With a mission to address the lack of acknowledgement and awareness for individuals who have a sibling that is on the autism spectrum disorder, who are also known as Glass Siblings, this program will prioritize socio-cognitive support needs, education on what their neurodivergent siblings experience, and will guide older participants on how they can provide assistance and support for their siblings. With different age cohorts, the program will provide support for Glass Siblings in all stages of their lives.

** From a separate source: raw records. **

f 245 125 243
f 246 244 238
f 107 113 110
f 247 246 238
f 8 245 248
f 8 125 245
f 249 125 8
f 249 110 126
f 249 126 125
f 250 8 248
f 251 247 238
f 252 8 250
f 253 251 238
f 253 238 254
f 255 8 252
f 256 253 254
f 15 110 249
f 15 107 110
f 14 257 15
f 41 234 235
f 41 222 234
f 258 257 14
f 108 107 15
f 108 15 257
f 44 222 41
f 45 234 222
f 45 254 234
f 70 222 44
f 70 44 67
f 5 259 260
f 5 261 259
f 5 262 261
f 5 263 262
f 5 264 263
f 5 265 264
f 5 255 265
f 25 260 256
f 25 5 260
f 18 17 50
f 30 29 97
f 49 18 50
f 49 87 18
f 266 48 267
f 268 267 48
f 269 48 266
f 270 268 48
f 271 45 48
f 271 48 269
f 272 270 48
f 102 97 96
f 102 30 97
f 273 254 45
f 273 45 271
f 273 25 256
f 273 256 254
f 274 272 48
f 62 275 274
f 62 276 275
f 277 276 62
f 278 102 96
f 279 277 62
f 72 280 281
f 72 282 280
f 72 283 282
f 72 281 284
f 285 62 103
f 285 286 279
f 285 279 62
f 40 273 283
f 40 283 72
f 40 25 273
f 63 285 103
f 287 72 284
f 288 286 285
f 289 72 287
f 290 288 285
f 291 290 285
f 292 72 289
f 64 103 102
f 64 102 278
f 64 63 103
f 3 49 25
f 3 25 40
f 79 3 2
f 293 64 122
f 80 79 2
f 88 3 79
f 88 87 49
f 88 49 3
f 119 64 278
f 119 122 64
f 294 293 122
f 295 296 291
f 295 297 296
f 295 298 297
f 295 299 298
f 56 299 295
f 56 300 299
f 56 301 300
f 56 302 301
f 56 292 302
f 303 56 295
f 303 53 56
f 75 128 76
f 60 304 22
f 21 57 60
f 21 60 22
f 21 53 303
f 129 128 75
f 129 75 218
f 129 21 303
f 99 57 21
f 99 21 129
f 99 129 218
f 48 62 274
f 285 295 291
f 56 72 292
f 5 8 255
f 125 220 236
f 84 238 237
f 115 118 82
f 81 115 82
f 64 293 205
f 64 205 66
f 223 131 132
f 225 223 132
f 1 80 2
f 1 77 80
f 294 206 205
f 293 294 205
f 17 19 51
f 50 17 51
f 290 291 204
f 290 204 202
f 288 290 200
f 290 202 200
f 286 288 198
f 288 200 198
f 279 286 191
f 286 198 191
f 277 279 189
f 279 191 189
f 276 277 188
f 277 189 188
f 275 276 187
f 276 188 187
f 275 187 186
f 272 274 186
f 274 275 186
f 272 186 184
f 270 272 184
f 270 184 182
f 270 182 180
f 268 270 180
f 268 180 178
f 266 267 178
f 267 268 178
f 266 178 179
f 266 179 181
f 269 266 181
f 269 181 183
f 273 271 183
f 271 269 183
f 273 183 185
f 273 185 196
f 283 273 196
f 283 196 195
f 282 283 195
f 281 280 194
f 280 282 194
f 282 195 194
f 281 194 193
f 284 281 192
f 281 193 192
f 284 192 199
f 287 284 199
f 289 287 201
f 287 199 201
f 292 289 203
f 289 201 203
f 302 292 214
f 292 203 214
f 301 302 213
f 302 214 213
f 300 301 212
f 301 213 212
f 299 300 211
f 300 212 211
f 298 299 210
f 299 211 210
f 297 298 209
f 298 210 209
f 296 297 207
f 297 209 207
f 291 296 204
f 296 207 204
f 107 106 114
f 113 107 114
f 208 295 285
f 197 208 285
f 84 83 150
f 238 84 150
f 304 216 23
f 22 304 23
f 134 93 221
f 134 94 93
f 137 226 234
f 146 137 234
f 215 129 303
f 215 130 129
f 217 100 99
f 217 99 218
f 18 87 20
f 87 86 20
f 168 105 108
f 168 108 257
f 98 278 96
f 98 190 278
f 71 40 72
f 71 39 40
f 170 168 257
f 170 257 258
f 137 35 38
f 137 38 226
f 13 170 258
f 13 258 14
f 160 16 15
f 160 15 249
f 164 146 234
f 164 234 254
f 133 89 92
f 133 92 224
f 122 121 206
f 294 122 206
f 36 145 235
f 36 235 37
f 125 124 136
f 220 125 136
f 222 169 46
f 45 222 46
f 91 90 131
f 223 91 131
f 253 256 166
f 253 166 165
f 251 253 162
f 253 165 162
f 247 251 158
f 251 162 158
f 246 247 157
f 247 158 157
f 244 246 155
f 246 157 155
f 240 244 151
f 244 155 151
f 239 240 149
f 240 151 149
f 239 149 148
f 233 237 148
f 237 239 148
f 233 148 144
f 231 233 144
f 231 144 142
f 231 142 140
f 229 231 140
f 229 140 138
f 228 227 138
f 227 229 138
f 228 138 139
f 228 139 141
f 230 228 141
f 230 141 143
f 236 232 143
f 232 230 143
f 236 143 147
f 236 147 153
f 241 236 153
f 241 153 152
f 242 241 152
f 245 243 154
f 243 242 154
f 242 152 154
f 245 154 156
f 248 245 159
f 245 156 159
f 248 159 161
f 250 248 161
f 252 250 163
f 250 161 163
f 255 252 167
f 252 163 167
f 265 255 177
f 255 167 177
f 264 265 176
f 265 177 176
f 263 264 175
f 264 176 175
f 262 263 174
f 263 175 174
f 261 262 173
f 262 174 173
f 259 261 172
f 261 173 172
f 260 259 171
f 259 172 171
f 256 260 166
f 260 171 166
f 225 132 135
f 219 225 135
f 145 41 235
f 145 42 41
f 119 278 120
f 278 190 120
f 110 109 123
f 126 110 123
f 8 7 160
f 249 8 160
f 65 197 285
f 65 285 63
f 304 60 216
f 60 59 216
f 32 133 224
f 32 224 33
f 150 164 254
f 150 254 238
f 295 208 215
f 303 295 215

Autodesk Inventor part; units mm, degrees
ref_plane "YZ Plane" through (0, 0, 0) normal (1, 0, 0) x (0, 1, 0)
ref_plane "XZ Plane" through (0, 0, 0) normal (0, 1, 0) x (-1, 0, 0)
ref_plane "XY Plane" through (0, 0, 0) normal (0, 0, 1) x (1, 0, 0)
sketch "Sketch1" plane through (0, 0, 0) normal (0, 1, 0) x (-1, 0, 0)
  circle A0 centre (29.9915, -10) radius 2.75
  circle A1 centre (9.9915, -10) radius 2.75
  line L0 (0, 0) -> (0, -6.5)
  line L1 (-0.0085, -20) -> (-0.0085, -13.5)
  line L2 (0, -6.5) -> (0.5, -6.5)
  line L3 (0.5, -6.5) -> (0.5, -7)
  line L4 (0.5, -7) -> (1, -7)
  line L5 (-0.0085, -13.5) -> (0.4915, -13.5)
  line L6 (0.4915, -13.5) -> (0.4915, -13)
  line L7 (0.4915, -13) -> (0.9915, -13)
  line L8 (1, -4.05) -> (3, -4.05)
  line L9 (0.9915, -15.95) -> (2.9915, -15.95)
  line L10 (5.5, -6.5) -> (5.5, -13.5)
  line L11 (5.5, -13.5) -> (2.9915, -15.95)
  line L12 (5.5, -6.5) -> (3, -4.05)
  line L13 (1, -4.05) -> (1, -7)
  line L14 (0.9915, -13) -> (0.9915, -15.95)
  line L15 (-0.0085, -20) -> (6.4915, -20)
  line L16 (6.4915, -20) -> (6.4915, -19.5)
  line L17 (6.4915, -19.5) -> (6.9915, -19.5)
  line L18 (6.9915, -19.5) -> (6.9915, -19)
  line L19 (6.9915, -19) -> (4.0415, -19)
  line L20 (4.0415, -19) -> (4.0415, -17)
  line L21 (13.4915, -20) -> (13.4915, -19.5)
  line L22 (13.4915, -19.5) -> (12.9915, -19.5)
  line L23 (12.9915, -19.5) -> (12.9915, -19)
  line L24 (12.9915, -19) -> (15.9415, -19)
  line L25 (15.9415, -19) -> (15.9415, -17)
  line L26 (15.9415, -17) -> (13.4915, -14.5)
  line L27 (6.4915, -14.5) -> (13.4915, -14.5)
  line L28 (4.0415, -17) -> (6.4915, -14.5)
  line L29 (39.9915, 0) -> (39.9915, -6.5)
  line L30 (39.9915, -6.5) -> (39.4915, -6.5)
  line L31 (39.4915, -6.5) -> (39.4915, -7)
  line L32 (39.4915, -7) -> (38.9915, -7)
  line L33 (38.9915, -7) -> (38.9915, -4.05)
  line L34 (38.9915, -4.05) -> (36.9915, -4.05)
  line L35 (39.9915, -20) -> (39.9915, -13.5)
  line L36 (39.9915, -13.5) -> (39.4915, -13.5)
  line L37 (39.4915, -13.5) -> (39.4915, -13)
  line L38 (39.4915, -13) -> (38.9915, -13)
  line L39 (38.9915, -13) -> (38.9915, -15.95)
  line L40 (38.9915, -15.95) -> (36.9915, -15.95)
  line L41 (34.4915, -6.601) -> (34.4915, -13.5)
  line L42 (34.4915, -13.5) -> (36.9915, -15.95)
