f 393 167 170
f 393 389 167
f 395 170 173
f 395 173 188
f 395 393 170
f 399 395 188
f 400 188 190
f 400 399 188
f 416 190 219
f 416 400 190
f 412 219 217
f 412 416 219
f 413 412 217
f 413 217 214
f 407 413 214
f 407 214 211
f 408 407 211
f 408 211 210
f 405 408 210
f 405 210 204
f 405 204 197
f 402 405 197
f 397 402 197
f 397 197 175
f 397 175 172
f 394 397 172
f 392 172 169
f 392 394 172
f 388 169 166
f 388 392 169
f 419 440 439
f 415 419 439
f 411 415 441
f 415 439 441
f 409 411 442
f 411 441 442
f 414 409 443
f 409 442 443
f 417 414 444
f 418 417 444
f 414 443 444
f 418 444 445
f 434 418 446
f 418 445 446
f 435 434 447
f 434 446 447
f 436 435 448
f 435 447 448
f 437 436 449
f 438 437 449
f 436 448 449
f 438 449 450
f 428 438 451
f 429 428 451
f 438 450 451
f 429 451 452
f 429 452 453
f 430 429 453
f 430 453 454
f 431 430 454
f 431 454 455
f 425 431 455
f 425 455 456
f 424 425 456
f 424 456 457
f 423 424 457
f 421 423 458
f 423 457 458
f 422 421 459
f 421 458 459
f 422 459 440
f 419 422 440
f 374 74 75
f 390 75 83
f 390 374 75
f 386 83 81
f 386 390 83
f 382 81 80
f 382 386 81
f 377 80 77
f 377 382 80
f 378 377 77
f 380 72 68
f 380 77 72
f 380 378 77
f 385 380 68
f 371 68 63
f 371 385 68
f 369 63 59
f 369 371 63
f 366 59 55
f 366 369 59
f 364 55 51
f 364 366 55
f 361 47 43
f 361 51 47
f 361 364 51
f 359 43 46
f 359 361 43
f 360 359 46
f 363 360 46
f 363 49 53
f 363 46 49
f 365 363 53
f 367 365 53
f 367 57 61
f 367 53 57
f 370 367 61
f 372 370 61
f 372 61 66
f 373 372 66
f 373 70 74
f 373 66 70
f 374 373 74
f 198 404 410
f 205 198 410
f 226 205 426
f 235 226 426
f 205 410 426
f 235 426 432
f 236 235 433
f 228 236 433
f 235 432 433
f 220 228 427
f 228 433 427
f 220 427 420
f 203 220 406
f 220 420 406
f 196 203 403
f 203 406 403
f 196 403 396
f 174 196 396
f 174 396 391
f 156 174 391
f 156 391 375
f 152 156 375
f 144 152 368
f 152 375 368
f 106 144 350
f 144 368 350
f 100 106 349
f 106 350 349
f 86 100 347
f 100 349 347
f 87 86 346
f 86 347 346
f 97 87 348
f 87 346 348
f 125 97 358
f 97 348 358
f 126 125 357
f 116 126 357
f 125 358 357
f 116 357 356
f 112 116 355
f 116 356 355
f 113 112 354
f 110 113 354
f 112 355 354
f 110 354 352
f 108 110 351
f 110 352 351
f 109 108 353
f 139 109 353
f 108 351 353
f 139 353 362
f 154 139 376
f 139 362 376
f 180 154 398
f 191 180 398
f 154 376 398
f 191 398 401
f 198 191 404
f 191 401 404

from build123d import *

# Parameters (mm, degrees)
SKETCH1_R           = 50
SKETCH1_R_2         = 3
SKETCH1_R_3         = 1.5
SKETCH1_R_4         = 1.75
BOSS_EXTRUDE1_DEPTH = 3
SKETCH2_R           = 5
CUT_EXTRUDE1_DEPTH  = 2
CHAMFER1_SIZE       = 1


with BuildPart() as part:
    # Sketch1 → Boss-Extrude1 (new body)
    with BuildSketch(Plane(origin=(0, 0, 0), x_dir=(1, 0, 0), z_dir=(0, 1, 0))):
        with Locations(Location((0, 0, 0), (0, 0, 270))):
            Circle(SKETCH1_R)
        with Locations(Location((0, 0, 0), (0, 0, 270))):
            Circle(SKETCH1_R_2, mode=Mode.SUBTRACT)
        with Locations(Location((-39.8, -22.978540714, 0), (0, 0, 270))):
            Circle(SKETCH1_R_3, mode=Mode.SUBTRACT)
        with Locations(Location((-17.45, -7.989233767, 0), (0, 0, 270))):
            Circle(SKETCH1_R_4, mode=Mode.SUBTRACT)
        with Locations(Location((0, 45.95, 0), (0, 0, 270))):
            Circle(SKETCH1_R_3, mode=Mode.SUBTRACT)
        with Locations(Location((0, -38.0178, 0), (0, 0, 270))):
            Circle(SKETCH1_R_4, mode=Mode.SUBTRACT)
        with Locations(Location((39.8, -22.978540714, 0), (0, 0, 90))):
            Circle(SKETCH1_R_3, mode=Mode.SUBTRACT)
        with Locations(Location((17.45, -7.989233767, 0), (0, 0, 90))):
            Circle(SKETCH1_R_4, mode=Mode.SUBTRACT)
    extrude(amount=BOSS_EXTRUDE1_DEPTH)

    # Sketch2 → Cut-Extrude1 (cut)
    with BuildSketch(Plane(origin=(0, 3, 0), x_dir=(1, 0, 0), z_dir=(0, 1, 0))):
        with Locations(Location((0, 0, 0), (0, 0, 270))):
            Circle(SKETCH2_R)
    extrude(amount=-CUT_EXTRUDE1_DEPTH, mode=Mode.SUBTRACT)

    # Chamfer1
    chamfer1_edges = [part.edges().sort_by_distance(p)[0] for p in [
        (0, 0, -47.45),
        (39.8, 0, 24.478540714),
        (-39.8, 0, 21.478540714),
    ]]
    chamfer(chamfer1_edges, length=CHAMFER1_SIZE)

The Atomic Diffractive Imaging (ADI) project 

Joseph Carranza, Neuroscience major, Innovation & Entrepreneurship for Health certificate, class of 2026

The Atomic Diffractive Imaging (ADI) project aspires to revolutionize medical imaging by introducing the first non-invasive nuclear technique of spontaneously mapping the brain at the atomic level. This innovation not only enhances our accuracy in mapping the brain but also facilitates the administration of individualized atomic treatments to destroy malignant tissues and/or restore nonfunctional tissues without surgical intervention.

Please Wait Differently 

Krish Goswami, Biological Sciences major, Entrepreneurship minor, class of 2025

Medical waiting rooms are crowded, awkward, and unaccommodating. With my project through Delaware Innovation Fellows, I sought to redefine that space. Please Wait Differently offers an alternative vision of the waiting room: one that is more welcoming, more human, and more supportive. I will develop a design featuring quiet zones, family-friendly areas, multicultural signs, calming graphics, and simple wellness practices like breathing and puzzles. It's an inexpensive, people-focused way to improve a component of healthcare that touches us all but is most often overlooked.

Storbnb 

Andrew McAleer, Entrepreneurship major, class of 2025

Airbnb transformed the way we travel and experience accommodation, Storbnb aims to create a  short-term storage industry within a home away from home. College Students need to store things while waiting for their next place and we created a online platform where students who have an empty room in their house,  they can list on our website and gain passive income, allowing people to use your unused space and store their belongings until they are ready to be moved into their new place of living.

Xpress-On

Grace Phillips, Political Science major, Social Innovation & Entrepreneurship certificate, class of 2025

Xpress-On is created in order to remedy the gap in the nail care market. People want to look good and fit in and one of the best ways to do that is through manicured nails. However, nail salons are pricey and the cheaper alternatives (press ons) fall off and look cheap. With Xpress-On, the press on nail experience will be a completely customizable subscription, from the nail size to shape to color, in order to ensure that your press on nails last and can arrive on your doorstep whenever you need.